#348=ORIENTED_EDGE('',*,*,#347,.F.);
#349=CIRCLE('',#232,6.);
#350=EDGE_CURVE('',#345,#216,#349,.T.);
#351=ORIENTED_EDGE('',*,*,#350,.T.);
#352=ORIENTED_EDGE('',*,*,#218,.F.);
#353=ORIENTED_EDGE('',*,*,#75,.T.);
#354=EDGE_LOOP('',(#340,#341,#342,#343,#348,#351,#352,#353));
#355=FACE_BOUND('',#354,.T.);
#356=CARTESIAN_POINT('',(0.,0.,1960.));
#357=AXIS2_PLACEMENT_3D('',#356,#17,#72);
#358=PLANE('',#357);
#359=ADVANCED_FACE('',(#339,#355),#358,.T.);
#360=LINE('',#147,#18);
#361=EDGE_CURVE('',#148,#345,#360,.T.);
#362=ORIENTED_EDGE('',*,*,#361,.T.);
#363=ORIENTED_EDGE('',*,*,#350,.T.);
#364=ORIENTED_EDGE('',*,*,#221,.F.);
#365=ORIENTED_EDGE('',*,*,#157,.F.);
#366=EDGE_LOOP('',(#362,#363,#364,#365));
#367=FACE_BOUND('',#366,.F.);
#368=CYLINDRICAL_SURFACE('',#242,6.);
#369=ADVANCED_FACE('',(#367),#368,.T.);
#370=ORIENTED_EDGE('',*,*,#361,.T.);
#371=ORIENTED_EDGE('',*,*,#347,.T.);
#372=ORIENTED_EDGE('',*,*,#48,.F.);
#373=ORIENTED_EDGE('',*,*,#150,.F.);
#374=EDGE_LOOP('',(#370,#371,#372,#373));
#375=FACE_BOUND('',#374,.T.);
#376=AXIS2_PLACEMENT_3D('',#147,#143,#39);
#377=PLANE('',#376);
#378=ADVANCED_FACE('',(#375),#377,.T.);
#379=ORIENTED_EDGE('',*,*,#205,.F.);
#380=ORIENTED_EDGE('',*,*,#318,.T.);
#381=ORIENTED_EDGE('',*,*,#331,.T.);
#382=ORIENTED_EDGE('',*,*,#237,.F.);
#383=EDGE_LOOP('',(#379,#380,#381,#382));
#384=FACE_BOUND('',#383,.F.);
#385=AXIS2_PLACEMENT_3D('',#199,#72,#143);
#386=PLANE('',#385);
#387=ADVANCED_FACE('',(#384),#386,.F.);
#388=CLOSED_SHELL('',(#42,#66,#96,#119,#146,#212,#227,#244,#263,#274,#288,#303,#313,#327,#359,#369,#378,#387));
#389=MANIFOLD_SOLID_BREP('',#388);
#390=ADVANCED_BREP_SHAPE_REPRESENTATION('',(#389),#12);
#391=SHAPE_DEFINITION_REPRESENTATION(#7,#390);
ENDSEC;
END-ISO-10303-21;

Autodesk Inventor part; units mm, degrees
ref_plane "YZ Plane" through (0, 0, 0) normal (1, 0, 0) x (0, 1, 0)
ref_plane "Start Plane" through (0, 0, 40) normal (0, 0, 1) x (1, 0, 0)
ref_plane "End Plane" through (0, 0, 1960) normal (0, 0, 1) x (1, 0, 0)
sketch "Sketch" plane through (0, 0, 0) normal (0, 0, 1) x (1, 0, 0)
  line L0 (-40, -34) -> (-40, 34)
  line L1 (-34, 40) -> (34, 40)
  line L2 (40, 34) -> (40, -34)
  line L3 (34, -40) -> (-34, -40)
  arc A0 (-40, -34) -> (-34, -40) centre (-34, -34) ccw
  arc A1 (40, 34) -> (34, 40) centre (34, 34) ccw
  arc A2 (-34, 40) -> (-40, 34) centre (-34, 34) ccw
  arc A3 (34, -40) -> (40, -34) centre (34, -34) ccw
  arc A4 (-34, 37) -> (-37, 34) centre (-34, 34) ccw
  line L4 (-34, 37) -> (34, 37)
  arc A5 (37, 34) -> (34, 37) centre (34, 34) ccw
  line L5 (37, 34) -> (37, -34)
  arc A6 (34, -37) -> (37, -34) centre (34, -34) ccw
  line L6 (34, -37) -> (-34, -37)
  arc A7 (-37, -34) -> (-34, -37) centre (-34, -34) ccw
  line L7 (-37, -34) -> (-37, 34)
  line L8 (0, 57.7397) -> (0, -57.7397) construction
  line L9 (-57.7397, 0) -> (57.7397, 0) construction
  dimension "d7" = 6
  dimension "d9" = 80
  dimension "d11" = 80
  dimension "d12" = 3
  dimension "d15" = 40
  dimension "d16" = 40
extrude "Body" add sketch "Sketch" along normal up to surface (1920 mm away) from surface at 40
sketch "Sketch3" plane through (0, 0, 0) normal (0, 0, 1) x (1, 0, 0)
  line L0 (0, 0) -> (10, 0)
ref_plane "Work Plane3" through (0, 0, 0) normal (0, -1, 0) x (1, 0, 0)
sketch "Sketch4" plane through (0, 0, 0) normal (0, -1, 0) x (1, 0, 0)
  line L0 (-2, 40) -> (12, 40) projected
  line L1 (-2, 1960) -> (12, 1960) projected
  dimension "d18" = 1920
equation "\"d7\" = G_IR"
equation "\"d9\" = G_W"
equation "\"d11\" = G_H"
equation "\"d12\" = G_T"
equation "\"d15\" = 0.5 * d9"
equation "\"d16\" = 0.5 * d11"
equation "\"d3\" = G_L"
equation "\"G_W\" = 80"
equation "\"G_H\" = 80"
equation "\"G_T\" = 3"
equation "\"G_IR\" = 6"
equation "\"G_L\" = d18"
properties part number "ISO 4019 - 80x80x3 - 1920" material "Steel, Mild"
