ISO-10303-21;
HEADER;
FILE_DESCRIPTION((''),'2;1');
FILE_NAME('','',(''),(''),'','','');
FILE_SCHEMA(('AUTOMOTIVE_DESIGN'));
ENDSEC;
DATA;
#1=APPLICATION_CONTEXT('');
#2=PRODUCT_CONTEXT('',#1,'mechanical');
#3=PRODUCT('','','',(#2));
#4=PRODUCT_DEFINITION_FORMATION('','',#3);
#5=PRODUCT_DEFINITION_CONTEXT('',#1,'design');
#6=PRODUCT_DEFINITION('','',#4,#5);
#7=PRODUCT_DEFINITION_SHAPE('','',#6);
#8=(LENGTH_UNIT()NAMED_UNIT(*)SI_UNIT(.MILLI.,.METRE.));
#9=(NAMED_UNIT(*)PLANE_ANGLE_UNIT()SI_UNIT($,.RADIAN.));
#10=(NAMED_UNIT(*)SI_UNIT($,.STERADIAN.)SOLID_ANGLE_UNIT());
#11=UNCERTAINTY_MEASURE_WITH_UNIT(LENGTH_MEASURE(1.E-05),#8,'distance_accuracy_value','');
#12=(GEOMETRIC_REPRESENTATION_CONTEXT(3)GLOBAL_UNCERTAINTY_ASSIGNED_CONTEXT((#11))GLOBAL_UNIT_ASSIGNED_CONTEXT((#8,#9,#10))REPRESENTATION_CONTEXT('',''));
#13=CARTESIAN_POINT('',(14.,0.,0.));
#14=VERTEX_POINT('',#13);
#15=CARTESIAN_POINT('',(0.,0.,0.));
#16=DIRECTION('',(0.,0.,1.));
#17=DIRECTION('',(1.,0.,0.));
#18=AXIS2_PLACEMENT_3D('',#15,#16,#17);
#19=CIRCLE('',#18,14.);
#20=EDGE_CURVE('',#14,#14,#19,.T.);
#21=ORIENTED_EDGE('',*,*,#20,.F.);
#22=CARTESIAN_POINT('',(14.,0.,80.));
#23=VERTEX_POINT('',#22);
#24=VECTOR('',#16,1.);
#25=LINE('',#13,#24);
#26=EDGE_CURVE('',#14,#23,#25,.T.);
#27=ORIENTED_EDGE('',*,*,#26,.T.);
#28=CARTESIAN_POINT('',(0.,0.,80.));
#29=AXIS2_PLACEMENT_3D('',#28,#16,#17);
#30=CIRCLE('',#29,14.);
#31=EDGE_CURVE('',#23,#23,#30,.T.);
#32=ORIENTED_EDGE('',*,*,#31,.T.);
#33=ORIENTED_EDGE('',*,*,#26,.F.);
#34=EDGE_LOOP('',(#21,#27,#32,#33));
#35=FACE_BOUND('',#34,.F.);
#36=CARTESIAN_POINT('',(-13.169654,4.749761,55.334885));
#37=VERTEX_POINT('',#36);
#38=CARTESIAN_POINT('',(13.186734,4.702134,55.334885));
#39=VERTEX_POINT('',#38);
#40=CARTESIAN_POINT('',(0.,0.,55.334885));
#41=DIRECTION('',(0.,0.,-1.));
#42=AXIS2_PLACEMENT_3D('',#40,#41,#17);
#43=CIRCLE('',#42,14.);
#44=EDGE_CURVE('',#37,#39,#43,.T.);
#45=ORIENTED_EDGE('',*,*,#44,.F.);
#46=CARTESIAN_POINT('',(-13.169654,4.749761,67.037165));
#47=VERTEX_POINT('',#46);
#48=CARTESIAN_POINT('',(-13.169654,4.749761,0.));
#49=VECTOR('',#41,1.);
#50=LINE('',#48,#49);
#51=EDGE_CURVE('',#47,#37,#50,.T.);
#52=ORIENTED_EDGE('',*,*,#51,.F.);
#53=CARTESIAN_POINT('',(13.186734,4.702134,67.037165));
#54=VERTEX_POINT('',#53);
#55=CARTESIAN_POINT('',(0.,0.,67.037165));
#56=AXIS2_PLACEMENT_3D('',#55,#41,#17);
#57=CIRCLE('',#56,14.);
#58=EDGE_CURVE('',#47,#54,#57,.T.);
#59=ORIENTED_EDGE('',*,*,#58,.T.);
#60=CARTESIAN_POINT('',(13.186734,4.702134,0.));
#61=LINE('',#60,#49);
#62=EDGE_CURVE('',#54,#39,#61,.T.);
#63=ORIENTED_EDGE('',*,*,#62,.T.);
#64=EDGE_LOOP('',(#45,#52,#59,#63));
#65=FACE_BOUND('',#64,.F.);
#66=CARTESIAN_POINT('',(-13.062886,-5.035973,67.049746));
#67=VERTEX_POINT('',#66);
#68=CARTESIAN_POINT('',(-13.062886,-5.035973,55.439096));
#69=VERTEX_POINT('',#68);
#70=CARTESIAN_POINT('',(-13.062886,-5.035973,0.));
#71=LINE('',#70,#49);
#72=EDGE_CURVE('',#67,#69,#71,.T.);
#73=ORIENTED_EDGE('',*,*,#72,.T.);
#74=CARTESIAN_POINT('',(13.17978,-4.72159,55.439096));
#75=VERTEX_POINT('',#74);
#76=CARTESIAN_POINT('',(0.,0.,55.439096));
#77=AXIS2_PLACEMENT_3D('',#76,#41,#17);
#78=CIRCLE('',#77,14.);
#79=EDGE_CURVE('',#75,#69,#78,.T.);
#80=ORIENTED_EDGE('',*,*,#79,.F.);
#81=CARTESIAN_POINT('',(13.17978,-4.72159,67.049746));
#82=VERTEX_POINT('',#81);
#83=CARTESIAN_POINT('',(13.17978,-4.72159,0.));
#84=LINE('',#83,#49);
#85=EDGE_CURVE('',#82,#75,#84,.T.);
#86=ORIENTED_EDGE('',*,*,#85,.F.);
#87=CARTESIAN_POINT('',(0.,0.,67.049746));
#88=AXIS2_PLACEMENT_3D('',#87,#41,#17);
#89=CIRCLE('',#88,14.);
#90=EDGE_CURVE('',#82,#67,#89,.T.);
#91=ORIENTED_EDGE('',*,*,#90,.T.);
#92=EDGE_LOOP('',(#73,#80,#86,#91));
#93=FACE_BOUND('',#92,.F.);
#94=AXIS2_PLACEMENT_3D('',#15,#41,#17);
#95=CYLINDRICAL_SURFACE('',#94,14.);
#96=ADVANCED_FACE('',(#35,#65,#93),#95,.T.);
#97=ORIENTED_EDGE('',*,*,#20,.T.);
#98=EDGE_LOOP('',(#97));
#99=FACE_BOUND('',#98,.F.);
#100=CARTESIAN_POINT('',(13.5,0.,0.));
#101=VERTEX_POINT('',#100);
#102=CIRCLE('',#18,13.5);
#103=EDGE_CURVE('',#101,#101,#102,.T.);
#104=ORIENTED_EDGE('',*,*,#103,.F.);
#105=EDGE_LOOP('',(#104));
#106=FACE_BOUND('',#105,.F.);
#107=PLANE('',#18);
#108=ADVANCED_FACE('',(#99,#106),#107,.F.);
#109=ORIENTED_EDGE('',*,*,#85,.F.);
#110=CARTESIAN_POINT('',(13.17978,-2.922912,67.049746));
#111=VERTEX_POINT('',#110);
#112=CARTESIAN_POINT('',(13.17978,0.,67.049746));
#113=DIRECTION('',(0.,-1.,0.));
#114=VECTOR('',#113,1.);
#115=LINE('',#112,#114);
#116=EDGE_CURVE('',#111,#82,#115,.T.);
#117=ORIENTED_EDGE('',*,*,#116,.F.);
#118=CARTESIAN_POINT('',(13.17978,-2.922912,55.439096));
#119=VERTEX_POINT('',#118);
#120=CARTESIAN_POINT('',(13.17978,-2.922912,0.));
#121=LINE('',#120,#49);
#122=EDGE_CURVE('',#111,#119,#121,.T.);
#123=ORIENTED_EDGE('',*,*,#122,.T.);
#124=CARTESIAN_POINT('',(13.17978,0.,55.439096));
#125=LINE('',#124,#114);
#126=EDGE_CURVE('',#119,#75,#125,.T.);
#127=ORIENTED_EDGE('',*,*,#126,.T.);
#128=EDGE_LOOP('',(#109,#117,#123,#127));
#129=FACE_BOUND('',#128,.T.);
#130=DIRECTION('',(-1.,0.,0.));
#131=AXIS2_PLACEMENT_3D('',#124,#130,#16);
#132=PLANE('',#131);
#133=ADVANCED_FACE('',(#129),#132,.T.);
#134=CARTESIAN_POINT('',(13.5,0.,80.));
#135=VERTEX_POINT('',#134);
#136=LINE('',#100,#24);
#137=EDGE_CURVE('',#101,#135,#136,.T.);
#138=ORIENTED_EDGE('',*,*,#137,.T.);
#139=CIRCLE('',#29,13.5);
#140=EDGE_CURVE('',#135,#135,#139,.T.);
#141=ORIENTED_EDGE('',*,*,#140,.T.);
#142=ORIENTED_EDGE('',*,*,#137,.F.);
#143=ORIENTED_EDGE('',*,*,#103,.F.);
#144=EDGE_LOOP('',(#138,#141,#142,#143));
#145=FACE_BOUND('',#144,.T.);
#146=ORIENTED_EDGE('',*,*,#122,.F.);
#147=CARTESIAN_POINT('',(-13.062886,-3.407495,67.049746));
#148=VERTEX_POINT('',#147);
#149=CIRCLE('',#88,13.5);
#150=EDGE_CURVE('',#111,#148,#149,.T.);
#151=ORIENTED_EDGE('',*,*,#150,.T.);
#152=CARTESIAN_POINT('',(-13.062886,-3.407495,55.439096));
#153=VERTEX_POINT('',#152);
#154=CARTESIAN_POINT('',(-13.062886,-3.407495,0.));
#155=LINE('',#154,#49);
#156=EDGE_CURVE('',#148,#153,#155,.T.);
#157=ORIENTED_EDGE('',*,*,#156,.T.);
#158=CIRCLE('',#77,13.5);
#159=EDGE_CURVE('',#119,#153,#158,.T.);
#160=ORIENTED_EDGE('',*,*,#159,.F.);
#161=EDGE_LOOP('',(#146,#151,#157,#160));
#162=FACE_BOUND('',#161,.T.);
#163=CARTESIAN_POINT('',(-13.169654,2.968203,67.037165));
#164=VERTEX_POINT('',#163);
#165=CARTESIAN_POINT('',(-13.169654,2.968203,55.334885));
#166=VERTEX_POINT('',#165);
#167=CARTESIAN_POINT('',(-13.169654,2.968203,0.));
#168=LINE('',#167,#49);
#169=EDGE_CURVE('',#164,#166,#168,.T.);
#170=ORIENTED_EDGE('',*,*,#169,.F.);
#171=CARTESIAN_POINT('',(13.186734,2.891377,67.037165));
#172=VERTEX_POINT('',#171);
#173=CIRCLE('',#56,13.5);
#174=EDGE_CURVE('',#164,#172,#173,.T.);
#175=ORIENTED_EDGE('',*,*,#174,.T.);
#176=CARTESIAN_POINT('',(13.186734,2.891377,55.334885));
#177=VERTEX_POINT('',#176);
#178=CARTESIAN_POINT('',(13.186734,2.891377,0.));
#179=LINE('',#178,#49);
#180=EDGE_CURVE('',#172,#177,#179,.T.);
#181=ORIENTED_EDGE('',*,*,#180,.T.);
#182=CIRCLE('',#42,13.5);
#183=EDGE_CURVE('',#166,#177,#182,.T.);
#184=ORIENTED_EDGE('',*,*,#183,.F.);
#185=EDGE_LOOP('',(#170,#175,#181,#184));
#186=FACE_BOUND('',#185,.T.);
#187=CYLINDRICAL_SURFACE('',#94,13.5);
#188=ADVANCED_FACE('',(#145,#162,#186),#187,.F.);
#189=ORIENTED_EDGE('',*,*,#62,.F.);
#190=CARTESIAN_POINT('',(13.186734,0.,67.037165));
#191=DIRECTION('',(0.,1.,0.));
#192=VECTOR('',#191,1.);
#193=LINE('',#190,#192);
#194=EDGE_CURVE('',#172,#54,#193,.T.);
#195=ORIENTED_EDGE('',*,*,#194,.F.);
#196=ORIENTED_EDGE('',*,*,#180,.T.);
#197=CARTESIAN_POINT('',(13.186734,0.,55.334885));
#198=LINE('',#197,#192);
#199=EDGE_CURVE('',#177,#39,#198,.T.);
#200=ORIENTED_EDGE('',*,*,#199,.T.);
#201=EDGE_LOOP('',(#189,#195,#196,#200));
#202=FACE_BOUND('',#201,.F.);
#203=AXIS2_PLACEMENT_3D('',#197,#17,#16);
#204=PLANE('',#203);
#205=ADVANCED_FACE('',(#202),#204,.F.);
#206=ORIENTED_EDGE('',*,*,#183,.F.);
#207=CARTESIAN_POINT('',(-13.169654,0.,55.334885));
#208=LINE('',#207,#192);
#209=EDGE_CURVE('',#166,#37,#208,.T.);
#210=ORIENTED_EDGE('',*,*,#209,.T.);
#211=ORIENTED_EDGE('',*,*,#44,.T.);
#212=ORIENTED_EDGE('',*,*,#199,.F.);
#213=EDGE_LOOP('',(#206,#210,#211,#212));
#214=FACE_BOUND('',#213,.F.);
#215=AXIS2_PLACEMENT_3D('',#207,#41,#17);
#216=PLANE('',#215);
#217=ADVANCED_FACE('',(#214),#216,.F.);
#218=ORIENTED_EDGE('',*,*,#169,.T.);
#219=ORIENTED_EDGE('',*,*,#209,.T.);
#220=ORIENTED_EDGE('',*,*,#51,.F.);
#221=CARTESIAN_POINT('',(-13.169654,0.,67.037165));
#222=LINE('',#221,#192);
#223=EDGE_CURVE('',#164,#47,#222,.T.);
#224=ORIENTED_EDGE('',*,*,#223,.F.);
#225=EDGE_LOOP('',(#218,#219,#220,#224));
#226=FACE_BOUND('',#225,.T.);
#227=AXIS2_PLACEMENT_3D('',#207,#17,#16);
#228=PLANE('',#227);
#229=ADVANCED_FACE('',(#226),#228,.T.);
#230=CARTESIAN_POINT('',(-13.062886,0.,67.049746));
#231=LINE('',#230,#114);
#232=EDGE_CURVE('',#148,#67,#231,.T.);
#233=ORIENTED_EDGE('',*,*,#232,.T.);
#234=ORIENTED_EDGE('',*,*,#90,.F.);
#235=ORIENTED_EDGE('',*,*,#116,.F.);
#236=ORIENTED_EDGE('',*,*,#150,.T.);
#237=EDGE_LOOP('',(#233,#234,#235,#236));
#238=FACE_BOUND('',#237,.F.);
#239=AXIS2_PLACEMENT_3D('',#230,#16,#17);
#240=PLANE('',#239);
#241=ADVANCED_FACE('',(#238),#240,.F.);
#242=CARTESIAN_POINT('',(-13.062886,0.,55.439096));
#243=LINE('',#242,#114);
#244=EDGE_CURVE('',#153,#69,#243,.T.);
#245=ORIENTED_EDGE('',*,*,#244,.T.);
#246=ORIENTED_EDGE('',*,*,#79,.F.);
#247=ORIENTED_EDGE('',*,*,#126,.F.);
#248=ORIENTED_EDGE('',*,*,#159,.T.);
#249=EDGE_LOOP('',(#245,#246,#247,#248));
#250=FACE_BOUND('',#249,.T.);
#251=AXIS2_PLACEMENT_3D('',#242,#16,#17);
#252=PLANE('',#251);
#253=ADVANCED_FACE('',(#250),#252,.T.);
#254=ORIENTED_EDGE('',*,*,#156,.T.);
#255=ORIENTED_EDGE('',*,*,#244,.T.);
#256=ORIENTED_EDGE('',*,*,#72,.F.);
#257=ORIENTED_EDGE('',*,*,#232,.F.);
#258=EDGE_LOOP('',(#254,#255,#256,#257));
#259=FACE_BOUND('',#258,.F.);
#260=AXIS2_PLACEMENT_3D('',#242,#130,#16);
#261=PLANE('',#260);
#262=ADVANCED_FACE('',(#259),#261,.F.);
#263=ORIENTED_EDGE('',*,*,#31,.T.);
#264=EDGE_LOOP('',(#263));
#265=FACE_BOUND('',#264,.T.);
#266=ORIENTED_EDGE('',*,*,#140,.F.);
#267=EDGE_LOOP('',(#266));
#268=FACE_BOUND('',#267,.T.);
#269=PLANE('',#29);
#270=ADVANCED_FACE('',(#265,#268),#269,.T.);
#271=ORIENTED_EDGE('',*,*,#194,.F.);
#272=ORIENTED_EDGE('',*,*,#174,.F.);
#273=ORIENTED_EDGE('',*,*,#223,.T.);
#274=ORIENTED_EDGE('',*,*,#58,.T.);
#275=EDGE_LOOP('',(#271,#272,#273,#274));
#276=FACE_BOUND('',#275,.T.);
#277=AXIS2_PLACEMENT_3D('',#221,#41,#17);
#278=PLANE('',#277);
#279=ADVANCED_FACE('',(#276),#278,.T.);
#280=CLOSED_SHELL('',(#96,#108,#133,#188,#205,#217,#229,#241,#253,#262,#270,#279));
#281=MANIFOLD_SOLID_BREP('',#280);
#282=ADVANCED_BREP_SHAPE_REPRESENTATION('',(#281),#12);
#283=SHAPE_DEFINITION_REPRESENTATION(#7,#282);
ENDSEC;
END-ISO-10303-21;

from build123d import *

# Parameters (mm, degrees)
F0_R     = 14
F0_R_2   = 13.5
F1_DEPTH = 80
F2_W     = 26.356387
F2_H     = 11.70228
F3_DEPTH = 25.4
F4_W     = 26.242665
F4_H     = 11.610649
F5_DEPTH = 25.4


with BuildPart() as f1:
    # F0 (on Top) → F1 (new body)
    with BuildSketch(Plane.XY):
        Circle(F0_R)
        Circle(F0_R_2, mode=Mode.SUBTRACT)
    extrude(amount=F1_DEPTH)

    # F2 (on Front) → F3 (cut)
    with BuildSketch(Plane.XZ):
        with Locations((0.00854, 61.186025)):
            Rectangle(F2_W, F2_H)
    extrude(amount=-F3_DEPTH, mode=Mode.SUBTRACT)

    # F4 (on Front) → F5 (cut)
    with BuildSketch(Plane.XZ):
        with Locations((0.058447, 61.244421)):
            Rectangle(F4_W, F4_H)
    extrude(amount=F5_DEPTH, mode=Mode.SUBTRACT)


solid = f1.part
..............................
Set down only the lines above that fall between the line holding "#175=ORIENTED_EDGE('',*,*,#174,.T.);" and the line holding "#196=ORIENTED_EDGE('',*,*,#180,.T.);", inclusive, keeping each exact.

#175=ORIENTED_EDGE('',*,*,#174,.T.);
#176=CARTESIAN_POINT('',(13.186734,2.891377,55.334885));
#177=VERTEX_POINT('',#176);
#178=CARTESIAN_POINT('',(13.186734,2.891377,0.));
#179=LINE('',#178,#49);
#180=EDGE_CURVE('',#172,#177,#179,.T.);
#181=ORIENTED_EDGE('',*,*,#180,.T.);
#182=CIRCLE('',#42,13.5);
#183=EDGE_CURVE('',#166,#177,#182,.T.);
#184=ORIENTED_EDGE('',*,*,#183,.F.);
#185=EDGE_LOOP('',(#170,#175,#181,#184));
#186=FACE_BOUND('',#185,.T.);
#187=CYLINDRICAL_SURFACE('',#94,13.5);
#188=ADVANCED_FACE('',(#145,#162,#186),#187,.F.);
#189=ORIENTED_EDGE('',*,*,#62,.F.);
#190=CARTESIAN_POINT('',(13.186734,0.,67.037165));
#191=DIRECTION('',(0.,1.,0.));
#192=VECTOR('',#191,1.);
#193=LINE('',#190,#192);
#194=EDGE_CURVE('',#172,#54,#193,.T.);
#195=ORIENTED_EDGE('',*,*,#194,.F.);
#196=ORIENTED_EDGE('',*,*,#180,.T.);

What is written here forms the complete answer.